【发布时间】:2020-05-21 22:48:40
【问题描述】:
我正在使用 VS2019 并拥有 NVIDIA GeForce GPU。我尝试了此链接中的代码:https://towardsdatascience.com/writing-lightning-fast-code-with-cuda-c18677dcdd5f
该帖子的作者声称在使用 CUDA 时获得了加速。但是,对我来说,串行版本大约需要 7 毫秒,而 CUDA 版本大约需要 28 毫秒。为什么这段代码的 CUDA 速度较慢?我使用的代码如下:
__global__
void add(int n, float* x, float* y)
{
int index = blockIdx.x * blockDim.x + threadIdx.x;
int stride = blockDim.x * gridDim.x;
for (int i = index; i < n; i += stride)
y[i] = x[i] + y[i];
}
void addSerial(int n, float* x, float* y)
{
for (int i = 0; i < n; i++)
y[i] = x[i] + y[i];
}
int main()
{
int NSerial = 1 << 20;
float* xSerial = new float[NSerial];
float* ySerial = new float[NSerial];
for (int i = 0; i < NSerial; i++) {
xSerial[i] = 1.0f;
ySerial[i] = 2.0f;
}
auto t1Serial = std::chrono::high_resolution_clock::now();
addSerial(NSerial, xSerial, ySerial);
auto t2Serial = std::chrono::high_resolution_clock::now();
auto durationSerial = std::chrono::duration_cast<std::chrono::milliseconds>(t2Serial - t1Serial).count();
float maxErrorSerial = 0.0f;
for (int i = 0; i < NSerial; i++)
maxErrorSerial = fmax(maxErrorSerial, fabs(ySerial[i] - 3.0f));
std::cout << "Max error Serial: " << maxErrorSerial << std::endl;
std::cout << "durationSerial: "<<durationSerial << std::endl;
delete[] xSerial;
delete[] ySerial;
int N = 1 << 20;
float* x, * y;
cudaMallocManaged(&x, N * sizeof(float));
cudaMallocManaged(&y, N * sizeof(float));
for (int i = 0; i < N; i++) {
x[i] = 1.0f;
y[i] = 2.0f;
}
int device = -1;
cudaGetDevice(&device);
cudaMemPrefetchAsync(x, N * sizeof(float), device, NULL);
cudaMemPrefetchAsync(y, N * sizeof(float), device, NULL);
int blockSize = 1024;
int numBlocks = (N + blockSize - 1) / blockSize;
auto t1 = std::chrono::high_resolution_clock::now();
add << <numBlocks, blockSize >> > (N, x, y);
cudaDeviceSynchronize();
auto t2 = std::chrono::high_resolution_clock::now();
auto duration = std::chrono::duration_cast<std::chrono::milliseconds>(t2 - t1).count();
float maxError = 0.0f;
for (int i = 0; i < N; i++)
maxError = fmax(maxError, fabs(y[i] - 3.0f));
std::cout << "Max error: " << maxError << std::endl;
std::cout << "duration CUDA: "<<duration;
cudaFree(x);
cudaFree(y);
return 0;
}
【问题讨论】:
-
7 毫秒可能太少了,也看不到任何效果。
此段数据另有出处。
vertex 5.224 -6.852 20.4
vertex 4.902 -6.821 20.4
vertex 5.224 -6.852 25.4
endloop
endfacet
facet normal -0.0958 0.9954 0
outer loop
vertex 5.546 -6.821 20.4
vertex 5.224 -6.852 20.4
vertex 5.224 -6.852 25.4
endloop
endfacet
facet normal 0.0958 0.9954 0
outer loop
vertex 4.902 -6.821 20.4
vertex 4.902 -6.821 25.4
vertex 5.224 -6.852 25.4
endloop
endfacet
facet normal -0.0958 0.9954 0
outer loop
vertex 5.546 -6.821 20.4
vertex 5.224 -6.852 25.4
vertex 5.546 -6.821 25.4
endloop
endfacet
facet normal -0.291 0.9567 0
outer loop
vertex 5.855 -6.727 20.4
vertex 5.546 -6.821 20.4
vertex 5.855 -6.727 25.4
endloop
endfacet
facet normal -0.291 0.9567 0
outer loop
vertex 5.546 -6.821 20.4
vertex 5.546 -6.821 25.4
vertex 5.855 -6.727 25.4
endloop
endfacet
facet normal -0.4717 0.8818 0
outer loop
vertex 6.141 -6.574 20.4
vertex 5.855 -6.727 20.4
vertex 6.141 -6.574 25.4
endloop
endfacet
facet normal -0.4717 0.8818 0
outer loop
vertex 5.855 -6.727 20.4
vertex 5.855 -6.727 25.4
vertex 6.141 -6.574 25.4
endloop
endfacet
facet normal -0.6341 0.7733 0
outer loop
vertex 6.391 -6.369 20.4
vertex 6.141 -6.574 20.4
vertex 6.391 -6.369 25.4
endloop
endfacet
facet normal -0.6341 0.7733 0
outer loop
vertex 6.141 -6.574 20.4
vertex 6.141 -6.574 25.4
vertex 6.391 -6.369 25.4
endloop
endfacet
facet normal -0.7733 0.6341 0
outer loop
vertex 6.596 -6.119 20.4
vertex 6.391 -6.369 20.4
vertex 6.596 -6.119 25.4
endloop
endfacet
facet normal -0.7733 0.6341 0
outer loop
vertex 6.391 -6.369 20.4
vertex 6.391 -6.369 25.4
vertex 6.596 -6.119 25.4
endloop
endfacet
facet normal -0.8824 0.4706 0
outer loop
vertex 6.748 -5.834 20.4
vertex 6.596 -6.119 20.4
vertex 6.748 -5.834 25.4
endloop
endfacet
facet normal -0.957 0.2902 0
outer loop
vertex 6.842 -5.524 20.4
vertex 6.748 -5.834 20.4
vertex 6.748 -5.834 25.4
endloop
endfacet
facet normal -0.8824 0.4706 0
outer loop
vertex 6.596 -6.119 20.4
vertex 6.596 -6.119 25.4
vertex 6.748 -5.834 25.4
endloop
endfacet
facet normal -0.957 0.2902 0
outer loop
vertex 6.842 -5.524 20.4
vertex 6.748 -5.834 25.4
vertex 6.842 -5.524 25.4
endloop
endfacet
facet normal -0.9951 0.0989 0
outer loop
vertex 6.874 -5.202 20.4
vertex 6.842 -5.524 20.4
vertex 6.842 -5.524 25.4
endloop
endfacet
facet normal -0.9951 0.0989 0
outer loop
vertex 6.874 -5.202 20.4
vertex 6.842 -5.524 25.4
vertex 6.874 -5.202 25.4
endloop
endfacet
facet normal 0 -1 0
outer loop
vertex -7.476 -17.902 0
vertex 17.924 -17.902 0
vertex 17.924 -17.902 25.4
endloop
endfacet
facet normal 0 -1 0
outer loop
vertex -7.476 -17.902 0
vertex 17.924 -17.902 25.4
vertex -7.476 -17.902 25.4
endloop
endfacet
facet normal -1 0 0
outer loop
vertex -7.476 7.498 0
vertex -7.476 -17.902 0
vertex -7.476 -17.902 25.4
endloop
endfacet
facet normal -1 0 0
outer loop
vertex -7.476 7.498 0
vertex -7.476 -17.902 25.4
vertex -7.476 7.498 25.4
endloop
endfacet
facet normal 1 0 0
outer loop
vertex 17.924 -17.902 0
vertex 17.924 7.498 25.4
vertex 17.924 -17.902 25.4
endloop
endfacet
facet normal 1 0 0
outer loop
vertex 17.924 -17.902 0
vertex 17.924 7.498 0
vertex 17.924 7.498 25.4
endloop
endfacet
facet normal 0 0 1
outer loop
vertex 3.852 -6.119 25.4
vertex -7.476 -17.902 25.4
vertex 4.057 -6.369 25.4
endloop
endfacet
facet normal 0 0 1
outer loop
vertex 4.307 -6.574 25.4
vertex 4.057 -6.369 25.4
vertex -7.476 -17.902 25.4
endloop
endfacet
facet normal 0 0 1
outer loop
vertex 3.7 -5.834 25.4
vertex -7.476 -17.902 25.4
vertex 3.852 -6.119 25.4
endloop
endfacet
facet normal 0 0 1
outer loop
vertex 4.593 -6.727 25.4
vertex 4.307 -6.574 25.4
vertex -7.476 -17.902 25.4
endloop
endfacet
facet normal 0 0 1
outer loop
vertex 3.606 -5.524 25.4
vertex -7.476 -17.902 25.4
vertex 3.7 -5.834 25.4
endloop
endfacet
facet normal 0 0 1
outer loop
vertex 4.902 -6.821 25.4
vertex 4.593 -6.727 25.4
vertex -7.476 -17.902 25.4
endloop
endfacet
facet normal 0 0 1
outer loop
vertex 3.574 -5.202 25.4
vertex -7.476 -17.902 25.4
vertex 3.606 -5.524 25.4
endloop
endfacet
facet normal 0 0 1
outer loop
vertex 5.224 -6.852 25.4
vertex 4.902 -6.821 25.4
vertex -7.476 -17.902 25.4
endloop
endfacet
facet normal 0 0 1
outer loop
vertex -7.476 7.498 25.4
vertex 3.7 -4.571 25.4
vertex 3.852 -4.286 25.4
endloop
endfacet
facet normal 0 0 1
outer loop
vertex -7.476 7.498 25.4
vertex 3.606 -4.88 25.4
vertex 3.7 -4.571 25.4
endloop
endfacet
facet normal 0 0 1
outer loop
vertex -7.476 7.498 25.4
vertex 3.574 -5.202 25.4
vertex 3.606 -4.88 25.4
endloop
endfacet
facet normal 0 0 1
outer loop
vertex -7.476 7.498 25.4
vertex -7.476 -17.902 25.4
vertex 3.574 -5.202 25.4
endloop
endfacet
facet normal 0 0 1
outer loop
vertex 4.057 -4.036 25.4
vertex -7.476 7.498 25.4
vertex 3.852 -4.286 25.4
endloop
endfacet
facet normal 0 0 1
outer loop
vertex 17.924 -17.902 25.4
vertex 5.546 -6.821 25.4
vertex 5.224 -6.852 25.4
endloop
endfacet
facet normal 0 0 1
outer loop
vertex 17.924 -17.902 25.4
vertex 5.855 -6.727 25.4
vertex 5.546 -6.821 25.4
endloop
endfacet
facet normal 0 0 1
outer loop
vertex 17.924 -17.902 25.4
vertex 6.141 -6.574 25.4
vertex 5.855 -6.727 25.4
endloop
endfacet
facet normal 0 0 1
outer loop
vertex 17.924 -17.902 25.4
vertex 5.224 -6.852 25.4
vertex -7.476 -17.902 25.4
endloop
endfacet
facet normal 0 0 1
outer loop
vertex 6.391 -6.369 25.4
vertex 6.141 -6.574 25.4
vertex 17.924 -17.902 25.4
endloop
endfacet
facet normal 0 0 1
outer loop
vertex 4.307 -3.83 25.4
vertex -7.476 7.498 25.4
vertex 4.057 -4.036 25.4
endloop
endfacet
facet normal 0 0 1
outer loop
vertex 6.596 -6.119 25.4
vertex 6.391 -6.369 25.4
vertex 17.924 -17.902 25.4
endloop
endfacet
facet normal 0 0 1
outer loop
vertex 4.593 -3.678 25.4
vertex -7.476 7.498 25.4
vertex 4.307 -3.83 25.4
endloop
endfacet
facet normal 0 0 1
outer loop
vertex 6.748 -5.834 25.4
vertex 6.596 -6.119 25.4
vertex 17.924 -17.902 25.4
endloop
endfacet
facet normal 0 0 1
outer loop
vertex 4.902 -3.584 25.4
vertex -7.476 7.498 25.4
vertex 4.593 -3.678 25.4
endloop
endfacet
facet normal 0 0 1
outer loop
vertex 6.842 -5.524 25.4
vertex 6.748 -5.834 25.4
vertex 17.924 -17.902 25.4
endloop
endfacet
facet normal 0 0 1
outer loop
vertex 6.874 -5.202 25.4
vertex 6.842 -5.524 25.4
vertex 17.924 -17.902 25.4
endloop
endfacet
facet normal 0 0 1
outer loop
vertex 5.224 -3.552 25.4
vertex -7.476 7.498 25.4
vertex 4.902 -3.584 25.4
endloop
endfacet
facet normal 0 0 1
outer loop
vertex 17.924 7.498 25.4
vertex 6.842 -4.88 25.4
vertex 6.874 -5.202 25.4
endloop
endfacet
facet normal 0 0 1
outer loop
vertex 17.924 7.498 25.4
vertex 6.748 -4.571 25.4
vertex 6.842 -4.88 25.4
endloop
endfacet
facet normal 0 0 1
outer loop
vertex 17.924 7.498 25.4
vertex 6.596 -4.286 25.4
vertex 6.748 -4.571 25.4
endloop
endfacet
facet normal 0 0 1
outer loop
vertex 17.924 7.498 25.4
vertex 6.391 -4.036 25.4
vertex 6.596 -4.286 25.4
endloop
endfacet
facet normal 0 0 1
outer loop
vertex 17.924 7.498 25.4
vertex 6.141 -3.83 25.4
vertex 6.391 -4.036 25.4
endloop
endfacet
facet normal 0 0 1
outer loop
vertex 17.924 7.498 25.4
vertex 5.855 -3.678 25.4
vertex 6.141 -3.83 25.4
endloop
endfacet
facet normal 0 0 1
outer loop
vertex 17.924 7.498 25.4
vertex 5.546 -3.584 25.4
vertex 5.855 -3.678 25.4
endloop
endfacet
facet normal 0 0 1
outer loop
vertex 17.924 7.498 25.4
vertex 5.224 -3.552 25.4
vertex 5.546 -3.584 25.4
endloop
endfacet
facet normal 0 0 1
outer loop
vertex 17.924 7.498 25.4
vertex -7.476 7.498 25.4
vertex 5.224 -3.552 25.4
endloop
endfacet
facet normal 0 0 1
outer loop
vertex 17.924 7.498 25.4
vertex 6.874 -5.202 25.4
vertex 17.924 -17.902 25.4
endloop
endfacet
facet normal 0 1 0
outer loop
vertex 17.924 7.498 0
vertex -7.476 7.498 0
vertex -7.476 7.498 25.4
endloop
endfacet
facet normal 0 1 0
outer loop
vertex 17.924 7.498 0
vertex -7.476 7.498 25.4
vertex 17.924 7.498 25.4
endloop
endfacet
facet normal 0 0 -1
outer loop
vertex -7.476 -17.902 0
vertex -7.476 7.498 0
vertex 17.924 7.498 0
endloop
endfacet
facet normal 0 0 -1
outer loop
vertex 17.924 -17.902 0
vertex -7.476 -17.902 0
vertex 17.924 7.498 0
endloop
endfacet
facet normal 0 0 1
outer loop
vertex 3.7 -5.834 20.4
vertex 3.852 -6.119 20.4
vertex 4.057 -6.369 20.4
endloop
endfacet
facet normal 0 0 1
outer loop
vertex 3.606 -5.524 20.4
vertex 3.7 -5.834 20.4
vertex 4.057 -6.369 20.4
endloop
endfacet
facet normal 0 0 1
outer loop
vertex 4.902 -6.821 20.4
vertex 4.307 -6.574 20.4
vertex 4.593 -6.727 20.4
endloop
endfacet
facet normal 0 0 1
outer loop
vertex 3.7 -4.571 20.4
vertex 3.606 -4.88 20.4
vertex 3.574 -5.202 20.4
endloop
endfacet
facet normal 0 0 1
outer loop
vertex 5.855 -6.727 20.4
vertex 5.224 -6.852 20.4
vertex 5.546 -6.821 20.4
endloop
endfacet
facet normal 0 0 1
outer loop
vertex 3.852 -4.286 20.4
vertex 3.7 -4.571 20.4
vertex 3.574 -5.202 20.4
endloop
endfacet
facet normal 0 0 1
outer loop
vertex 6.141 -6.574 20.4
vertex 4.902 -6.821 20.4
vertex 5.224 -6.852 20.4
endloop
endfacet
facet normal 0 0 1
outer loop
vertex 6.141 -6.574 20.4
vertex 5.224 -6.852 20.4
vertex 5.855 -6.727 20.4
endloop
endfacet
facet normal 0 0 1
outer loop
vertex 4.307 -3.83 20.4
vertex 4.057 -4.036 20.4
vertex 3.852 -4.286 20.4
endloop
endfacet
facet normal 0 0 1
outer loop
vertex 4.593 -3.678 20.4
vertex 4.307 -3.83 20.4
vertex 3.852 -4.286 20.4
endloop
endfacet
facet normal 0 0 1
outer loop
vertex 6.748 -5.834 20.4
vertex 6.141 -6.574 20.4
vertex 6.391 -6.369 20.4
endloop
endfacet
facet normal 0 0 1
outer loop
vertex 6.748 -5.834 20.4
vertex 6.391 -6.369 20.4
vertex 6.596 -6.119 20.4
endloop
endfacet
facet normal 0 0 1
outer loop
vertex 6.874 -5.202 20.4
尝试增加工作量
-
当我更改
NSerial = N = 1<<30时,串行版本只需要4秒而CUDA需要19秒 -
这可能是因为将内存从 RAM 移动到 GPU 比在 CPU 上进行简单计算需要更长的时间。这取决于硬件。
-
循环运行内核约 100 次并取平均值。您的同步调用也会影响性能。
-
对此类问题的规范答案似乎是“尝试运行以发布模式构建的代码,而不是调试”。
标签: c++ parallel-processing cuda gpu